## Source material
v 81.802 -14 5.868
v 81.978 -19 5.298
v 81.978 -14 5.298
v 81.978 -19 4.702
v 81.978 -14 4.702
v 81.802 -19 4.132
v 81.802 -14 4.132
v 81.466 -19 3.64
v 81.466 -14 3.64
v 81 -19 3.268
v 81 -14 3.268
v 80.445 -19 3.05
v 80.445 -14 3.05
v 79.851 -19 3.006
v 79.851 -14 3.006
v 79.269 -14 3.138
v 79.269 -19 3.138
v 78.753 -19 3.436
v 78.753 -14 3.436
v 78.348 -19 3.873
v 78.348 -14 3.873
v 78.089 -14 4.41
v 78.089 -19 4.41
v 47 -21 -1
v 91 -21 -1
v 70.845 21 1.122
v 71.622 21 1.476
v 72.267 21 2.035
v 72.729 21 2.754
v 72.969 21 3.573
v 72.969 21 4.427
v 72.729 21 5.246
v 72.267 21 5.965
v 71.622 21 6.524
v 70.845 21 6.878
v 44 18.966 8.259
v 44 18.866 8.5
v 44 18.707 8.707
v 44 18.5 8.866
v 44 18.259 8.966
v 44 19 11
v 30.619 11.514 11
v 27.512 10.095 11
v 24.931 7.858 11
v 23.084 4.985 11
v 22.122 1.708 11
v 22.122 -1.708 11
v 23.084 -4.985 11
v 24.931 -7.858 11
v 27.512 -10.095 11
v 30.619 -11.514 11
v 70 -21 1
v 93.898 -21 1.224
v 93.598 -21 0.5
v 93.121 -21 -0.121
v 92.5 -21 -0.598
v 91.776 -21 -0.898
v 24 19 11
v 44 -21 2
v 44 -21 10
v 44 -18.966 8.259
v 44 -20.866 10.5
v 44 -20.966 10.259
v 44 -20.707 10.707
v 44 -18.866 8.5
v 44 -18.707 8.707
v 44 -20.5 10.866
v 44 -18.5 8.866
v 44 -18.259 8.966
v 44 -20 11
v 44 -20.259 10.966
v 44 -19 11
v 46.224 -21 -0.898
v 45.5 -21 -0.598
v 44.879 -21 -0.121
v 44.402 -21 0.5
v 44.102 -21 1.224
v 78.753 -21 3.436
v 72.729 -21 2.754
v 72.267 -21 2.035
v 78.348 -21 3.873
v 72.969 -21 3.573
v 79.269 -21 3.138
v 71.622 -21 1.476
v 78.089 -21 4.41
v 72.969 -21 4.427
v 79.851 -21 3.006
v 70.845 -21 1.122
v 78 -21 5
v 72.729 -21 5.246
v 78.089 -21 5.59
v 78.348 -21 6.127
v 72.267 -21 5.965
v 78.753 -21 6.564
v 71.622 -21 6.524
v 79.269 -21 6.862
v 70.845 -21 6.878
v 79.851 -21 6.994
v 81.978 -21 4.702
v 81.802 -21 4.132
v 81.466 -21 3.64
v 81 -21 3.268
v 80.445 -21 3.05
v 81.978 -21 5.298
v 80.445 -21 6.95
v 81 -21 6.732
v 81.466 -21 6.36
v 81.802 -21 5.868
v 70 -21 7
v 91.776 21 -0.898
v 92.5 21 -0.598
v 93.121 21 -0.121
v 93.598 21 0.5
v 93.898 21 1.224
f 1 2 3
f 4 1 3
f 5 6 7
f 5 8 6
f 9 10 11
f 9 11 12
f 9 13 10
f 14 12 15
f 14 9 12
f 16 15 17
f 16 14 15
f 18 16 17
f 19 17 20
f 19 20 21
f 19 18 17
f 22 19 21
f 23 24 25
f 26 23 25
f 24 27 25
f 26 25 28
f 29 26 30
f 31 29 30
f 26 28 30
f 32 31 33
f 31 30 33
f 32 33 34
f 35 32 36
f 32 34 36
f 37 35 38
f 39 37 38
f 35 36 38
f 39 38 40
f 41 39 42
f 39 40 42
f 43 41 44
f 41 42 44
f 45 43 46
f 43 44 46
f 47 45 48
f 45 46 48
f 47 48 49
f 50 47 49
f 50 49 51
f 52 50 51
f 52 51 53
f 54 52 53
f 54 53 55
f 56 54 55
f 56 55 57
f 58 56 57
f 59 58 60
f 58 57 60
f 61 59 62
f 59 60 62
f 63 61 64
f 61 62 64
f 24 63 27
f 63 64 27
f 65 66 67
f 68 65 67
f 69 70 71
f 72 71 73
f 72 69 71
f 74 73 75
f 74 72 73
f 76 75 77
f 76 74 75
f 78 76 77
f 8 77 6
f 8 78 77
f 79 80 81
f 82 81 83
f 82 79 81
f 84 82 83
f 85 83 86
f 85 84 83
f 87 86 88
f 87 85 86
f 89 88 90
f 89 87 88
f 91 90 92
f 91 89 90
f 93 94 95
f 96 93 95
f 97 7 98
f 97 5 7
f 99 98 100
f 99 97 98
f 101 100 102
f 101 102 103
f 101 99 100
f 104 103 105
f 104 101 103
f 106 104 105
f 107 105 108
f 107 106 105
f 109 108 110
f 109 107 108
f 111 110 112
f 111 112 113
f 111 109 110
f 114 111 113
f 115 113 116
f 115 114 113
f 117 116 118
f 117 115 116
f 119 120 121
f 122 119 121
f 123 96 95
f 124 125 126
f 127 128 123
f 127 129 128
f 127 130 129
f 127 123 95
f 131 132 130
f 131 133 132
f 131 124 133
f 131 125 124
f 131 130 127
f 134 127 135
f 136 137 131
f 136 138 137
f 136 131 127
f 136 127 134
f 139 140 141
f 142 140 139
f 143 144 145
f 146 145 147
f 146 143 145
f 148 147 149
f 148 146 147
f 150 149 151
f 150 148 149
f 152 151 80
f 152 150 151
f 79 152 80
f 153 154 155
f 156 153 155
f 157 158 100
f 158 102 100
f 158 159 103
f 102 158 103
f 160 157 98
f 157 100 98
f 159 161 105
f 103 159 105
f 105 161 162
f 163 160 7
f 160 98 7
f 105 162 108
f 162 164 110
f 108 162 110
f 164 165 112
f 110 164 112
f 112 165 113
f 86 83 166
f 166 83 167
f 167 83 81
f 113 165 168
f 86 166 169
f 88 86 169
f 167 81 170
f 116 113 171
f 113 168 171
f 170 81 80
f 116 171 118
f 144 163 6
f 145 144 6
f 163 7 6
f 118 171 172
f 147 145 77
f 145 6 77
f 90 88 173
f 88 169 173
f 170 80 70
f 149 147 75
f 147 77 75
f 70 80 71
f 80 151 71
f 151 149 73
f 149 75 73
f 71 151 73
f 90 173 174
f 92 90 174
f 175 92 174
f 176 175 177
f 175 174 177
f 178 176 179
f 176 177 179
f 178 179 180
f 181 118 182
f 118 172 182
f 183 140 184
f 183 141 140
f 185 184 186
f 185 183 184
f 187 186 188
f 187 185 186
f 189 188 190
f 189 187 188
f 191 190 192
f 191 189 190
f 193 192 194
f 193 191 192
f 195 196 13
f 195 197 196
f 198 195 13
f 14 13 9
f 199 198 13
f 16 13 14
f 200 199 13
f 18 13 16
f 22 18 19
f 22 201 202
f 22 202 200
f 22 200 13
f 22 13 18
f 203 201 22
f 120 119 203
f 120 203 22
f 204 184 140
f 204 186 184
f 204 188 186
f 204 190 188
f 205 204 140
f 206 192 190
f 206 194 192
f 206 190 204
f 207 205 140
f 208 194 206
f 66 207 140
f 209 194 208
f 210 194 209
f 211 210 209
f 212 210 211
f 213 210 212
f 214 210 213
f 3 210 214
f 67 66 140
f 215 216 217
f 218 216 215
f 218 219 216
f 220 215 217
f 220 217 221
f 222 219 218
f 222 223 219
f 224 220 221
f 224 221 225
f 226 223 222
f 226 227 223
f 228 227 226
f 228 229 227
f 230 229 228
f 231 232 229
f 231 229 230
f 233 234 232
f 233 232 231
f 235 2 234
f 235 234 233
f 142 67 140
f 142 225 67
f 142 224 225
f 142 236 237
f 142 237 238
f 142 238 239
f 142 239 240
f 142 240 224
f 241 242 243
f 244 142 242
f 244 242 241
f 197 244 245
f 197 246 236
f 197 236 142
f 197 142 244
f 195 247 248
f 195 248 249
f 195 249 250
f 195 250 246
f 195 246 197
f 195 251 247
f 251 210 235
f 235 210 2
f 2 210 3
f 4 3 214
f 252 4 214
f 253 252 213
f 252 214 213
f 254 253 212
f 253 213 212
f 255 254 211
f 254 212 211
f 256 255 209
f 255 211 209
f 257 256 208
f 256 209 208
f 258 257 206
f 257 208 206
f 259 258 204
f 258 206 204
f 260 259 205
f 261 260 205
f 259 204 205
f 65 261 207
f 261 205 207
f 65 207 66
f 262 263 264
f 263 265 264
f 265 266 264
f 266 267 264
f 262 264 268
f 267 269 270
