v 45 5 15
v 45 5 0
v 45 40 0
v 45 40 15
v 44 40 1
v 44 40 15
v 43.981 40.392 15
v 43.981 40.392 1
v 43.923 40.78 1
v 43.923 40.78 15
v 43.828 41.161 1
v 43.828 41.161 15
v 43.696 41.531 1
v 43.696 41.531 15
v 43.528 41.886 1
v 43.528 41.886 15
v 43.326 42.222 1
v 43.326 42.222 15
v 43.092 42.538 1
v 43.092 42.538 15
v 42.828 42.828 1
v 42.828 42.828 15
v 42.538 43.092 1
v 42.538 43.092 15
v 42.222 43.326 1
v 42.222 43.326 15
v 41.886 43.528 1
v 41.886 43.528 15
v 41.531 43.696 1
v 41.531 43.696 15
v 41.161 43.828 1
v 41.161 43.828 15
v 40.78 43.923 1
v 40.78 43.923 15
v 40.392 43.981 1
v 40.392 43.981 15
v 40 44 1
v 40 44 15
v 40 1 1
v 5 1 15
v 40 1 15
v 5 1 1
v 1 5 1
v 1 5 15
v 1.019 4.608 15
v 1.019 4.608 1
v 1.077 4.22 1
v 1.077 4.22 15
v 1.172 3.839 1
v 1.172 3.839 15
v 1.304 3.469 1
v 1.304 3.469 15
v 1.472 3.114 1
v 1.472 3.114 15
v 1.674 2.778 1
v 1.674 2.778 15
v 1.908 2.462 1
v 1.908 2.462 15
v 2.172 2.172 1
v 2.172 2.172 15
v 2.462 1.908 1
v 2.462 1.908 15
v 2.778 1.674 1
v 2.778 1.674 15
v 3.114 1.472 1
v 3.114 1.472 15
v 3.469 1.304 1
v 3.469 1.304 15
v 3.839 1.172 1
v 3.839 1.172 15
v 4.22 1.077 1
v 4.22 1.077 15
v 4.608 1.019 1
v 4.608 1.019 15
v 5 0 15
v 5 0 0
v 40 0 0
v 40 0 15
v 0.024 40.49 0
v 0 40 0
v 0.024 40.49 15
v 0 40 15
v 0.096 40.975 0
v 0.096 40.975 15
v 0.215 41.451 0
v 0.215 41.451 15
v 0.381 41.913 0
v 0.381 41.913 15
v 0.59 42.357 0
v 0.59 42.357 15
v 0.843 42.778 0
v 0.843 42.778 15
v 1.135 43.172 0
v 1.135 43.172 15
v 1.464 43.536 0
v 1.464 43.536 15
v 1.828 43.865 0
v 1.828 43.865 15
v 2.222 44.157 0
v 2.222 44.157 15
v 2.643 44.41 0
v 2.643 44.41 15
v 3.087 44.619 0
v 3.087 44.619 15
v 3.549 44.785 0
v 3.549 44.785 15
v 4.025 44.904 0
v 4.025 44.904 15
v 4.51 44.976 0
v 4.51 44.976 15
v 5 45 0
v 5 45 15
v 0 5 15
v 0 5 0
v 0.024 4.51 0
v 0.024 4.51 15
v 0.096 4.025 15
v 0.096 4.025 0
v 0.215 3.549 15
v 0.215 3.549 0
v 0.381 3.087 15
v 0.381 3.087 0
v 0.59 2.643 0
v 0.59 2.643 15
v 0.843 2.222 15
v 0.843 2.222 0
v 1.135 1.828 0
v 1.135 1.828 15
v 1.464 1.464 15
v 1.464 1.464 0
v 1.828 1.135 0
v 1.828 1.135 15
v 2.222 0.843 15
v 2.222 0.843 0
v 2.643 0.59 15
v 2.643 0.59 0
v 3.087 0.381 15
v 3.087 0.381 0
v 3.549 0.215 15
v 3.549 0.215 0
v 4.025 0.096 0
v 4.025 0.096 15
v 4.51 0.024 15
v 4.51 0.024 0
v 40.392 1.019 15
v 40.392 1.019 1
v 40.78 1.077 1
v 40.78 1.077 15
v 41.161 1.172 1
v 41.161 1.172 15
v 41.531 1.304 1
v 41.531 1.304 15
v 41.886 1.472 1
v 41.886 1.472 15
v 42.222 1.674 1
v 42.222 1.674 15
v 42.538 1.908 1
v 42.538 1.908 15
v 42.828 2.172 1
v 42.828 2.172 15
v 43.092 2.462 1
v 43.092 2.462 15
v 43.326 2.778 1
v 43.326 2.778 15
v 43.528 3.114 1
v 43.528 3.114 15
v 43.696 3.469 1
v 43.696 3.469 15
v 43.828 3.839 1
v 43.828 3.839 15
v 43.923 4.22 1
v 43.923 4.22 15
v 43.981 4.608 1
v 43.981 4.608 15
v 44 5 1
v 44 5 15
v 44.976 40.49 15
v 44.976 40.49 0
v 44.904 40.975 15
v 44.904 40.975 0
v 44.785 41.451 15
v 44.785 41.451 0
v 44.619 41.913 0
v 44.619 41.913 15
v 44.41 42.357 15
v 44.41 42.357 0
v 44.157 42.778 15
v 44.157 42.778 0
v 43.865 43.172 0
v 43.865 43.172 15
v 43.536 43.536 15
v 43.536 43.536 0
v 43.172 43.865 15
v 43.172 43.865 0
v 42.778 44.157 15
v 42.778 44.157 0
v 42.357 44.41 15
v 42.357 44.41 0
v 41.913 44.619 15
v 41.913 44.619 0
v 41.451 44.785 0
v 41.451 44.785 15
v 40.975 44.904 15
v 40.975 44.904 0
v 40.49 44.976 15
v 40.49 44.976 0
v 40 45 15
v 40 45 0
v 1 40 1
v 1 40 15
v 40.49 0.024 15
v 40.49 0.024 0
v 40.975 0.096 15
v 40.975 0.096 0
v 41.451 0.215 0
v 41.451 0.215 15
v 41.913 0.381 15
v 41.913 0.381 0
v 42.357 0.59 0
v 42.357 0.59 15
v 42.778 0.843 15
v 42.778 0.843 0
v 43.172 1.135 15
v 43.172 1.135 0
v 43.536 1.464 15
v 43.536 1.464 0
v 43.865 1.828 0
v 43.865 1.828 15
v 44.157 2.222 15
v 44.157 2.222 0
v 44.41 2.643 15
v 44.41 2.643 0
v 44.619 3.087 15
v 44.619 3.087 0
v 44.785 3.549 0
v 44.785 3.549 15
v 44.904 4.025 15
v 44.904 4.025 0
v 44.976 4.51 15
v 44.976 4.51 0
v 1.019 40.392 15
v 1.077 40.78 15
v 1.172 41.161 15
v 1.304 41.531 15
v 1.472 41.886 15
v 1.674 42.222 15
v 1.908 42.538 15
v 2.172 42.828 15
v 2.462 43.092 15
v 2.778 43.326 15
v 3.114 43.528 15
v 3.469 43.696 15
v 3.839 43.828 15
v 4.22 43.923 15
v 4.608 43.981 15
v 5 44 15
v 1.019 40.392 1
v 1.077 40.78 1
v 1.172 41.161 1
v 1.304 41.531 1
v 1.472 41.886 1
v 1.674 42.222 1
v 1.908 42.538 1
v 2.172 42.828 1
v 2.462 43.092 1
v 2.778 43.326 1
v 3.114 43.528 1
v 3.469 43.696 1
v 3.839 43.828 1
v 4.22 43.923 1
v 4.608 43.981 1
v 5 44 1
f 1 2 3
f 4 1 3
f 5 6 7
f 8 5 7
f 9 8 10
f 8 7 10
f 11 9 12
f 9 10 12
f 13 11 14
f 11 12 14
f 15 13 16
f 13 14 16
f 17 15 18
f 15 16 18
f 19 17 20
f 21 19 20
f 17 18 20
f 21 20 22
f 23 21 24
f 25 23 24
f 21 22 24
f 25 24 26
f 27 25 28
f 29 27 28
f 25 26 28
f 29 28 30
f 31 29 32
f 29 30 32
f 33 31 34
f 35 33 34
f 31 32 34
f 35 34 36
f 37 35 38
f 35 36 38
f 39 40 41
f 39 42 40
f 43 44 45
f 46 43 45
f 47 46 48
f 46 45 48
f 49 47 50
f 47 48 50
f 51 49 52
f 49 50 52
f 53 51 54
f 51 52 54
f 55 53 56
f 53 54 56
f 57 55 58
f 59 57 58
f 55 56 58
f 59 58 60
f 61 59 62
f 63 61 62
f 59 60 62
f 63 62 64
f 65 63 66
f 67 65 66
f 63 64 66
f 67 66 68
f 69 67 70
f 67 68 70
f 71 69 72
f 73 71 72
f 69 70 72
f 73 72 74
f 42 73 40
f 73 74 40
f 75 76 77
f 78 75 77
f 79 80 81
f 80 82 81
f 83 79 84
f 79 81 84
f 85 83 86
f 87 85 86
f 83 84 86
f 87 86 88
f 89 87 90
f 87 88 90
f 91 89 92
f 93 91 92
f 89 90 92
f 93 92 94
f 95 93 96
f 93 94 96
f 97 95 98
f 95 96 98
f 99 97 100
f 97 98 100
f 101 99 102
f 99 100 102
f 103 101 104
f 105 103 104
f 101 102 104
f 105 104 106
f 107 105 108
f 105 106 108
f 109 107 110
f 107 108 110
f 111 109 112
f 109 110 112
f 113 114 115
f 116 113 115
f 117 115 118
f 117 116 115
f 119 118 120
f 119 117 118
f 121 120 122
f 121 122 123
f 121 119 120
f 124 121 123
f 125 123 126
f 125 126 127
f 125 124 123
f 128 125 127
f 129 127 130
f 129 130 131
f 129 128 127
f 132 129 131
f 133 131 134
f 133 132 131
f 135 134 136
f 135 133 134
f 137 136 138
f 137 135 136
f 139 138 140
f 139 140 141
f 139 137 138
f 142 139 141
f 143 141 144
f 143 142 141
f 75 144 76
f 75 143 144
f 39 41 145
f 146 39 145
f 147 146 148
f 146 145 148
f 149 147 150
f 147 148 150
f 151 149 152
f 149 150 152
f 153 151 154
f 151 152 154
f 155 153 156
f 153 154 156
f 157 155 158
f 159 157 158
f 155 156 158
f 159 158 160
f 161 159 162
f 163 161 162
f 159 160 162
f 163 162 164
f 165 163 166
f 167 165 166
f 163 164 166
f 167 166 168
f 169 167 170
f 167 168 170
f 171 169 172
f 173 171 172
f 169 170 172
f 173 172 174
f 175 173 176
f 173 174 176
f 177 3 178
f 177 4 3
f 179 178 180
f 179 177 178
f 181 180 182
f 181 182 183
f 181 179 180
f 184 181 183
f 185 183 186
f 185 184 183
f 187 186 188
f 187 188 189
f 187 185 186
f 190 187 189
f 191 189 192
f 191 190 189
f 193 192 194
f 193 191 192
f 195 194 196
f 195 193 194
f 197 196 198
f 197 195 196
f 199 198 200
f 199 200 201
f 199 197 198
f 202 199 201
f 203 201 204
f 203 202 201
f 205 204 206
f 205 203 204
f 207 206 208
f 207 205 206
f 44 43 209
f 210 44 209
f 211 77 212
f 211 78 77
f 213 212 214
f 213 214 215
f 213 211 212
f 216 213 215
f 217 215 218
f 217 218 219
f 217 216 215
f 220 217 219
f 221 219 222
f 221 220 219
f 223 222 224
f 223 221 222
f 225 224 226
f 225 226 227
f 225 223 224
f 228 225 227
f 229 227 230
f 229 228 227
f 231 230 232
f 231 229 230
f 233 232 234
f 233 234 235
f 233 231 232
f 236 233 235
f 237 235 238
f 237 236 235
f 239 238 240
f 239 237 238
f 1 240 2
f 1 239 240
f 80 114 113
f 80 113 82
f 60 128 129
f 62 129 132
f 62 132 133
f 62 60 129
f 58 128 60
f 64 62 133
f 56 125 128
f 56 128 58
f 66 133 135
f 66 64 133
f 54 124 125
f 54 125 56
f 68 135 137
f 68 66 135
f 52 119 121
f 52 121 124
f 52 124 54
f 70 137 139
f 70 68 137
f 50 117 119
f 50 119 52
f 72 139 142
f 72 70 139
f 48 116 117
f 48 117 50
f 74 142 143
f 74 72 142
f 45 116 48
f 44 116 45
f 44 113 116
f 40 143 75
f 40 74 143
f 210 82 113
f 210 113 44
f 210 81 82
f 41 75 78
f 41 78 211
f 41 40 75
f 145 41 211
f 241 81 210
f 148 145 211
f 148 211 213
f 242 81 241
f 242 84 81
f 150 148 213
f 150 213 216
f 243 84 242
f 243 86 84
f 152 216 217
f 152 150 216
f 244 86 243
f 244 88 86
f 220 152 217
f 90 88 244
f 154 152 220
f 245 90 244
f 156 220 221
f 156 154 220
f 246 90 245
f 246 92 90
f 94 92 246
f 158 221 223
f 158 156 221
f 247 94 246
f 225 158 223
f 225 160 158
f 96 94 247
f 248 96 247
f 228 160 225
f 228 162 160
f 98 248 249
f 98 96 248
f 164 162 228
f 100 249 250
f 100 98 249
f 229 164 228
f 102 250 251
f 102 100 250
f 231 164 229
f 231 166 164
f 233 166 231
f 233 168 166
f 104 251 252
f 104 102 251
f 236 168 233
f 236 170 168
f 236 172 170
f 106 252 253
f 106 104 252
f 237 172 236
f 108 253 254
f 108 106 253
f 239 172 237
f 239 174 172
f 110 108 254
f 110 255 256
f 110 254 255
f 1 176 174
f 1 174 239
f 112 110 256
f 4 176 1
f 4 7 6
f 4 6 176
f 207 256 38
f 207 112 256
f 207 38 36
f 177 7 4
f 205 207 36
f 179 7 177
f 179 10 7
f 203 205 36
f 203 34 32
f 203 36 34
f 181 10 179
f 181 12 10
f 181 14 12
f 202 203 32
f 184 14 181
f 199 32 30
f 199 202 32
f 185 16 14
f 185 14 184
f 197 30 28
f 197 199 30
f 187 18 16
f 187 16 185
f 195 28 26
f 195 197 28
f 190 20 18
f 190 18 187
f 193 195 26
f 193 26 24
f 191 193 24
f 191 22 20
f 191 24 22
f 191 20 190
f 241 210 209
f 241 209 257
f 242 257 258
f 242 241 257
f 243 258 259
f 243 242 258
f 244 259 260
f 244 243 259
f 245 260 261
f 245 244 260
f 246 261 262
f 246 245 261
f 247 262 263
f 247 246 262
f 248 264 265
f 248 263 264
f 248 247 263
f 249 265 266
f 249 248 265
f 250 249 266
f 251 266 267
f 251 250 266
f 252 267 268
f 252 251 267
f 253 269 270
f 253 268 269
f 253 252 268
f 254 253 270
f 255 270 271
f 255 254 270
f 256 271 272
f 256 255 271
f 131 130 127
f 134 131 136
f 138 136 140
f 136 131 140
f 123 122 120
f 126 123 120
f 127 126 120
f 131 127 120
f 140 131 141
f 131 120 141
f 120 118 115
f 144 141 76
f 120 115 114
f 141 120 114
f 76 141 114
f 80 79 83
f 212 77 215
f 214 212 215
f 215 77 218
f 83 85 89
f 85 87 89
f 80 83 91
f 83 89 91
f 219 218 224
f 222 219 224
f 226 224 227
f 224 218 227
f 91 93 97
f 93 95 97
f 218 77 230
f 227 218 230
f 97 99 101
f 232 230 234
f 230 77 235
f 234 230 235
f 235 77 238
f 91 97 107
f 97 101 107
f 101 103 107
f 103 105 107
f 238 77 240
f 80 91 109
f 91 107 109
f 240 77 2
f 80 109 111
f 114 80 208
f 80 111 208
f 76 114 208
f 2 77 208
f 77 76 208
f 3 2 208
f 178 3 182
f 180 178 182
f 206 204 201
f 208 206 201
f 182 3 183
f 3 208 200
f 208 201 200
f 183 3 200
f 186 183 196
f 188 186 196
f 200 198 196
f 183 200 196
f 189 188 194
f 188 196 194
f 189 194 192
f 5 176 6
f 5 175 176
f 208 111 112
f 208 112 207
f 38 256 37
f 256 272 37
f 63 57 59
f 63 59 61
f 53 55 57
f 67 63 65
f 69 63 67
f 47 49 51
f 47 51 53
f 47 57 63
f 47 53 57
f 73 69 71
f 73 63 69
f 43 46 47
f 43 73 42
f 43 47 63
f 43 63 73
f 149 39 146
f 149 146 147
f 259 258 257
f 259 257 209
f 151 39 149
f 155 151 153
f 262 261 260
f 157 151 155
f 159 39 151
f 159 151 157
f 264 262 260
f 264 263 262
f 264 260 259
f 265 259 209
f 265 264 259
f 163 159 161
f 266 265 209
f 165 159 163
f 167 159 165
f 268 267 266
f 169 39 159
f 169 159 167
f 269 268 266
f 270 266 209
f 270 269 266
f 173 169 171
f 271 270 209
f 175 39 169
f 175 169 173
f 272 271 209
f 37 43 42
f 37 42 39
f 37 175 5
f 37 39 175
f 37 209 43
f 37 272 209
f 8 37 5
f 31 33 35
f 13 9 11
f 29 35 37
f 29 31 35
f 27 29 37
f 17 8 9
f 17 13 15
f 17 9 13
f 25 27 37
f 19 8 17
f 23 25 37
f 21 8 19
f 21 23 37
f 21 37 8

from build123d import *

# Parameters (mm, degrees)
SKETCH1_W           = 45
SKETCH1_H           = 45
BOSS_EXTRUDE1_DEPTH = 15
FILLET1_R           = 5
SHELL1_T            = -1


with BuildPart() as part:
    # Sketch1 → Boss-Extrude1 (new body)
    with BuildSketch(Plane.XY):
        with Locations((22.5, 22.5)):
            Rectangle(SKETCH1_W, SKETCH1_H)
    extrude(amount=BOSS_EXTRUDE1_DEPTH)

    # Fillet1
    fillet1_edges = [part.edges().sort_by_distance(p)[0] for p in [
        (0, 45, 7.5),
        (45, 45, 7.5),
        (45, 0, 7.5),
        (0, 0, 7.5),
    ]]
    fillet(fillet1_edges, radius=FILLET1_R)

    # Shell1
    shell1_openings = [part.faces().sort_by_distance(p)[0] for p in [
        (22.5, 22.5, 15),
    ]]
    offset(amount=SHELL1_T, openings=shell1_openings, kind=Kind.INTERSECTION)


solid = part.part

## Exercise
What should be returned is the run of lines from the first line of the material through the line containing "v 44 -21 10", exact and inclusive, and nothing else.

## Task solution
v 81.802 -14 5.868
v 81.978 -19 5.298
v 81.978 -14 5.298
v 81.978 -19 4.702
v 81.978 -14 4.702
v 81.802 -19 4.132
v 81.802 -14 4.132
v 81.466 -19 3.64
v 81.466 -14 3.64
v 81 -19 3.268
v 81 -14 3.268
v 80.445 -19 3.05
v 80.445 -14 3.05
v 79.851 -19 3.006
v 79.851 -14 3.006
v 79.269 -14 3.138
v 79.269 -19 3.138
v 78.753 -19 3.436
v 78.753 -14 3.436
v 78.348 -19 3.873
v 78.348 -14 3.873
v 78.089 -14 4.41
v 78.089 -19 4.41
v 47 -21 -1
v 91 -21 -1
v 70.845 21 1.122
v 71.622 21 1.476
v 72.267 21 2.035
v 72.729 21 2.754
v 72.969 21 3.573
v 72.969 21 4.427
v 72.729 21 5.246
v 72.267 21 5.965
v 71.622 21 6.524
v 70.845 21 6.878
v 44 18.966 8.259
v 44 18.866 8.5
v 44 18.707 8.707
v 44 18.5 8.866
v 44 18.259 8.966
v 44 19 11
v 30.619 11.514 11
v 27.512 10.095 11
v 24.931 7.858 11
v 23.084 4.985 11
v 22.122 1.708 11
v 22.122 -1.708 11
v 23.084 -4.985 11
v 24.931 -7.858 11
v 27.512 -10.095 11
v 30.619 -11.514 11
v 70 -21 1
v 93.898 -21 1.224
v 93.598 -21 0.5
v 93.121 -21 -0.121
v 92.5 -21 -0.598
v 91.776 -21 -0.898
v 24 19 11
v 44 -21 2
v 44 -21 10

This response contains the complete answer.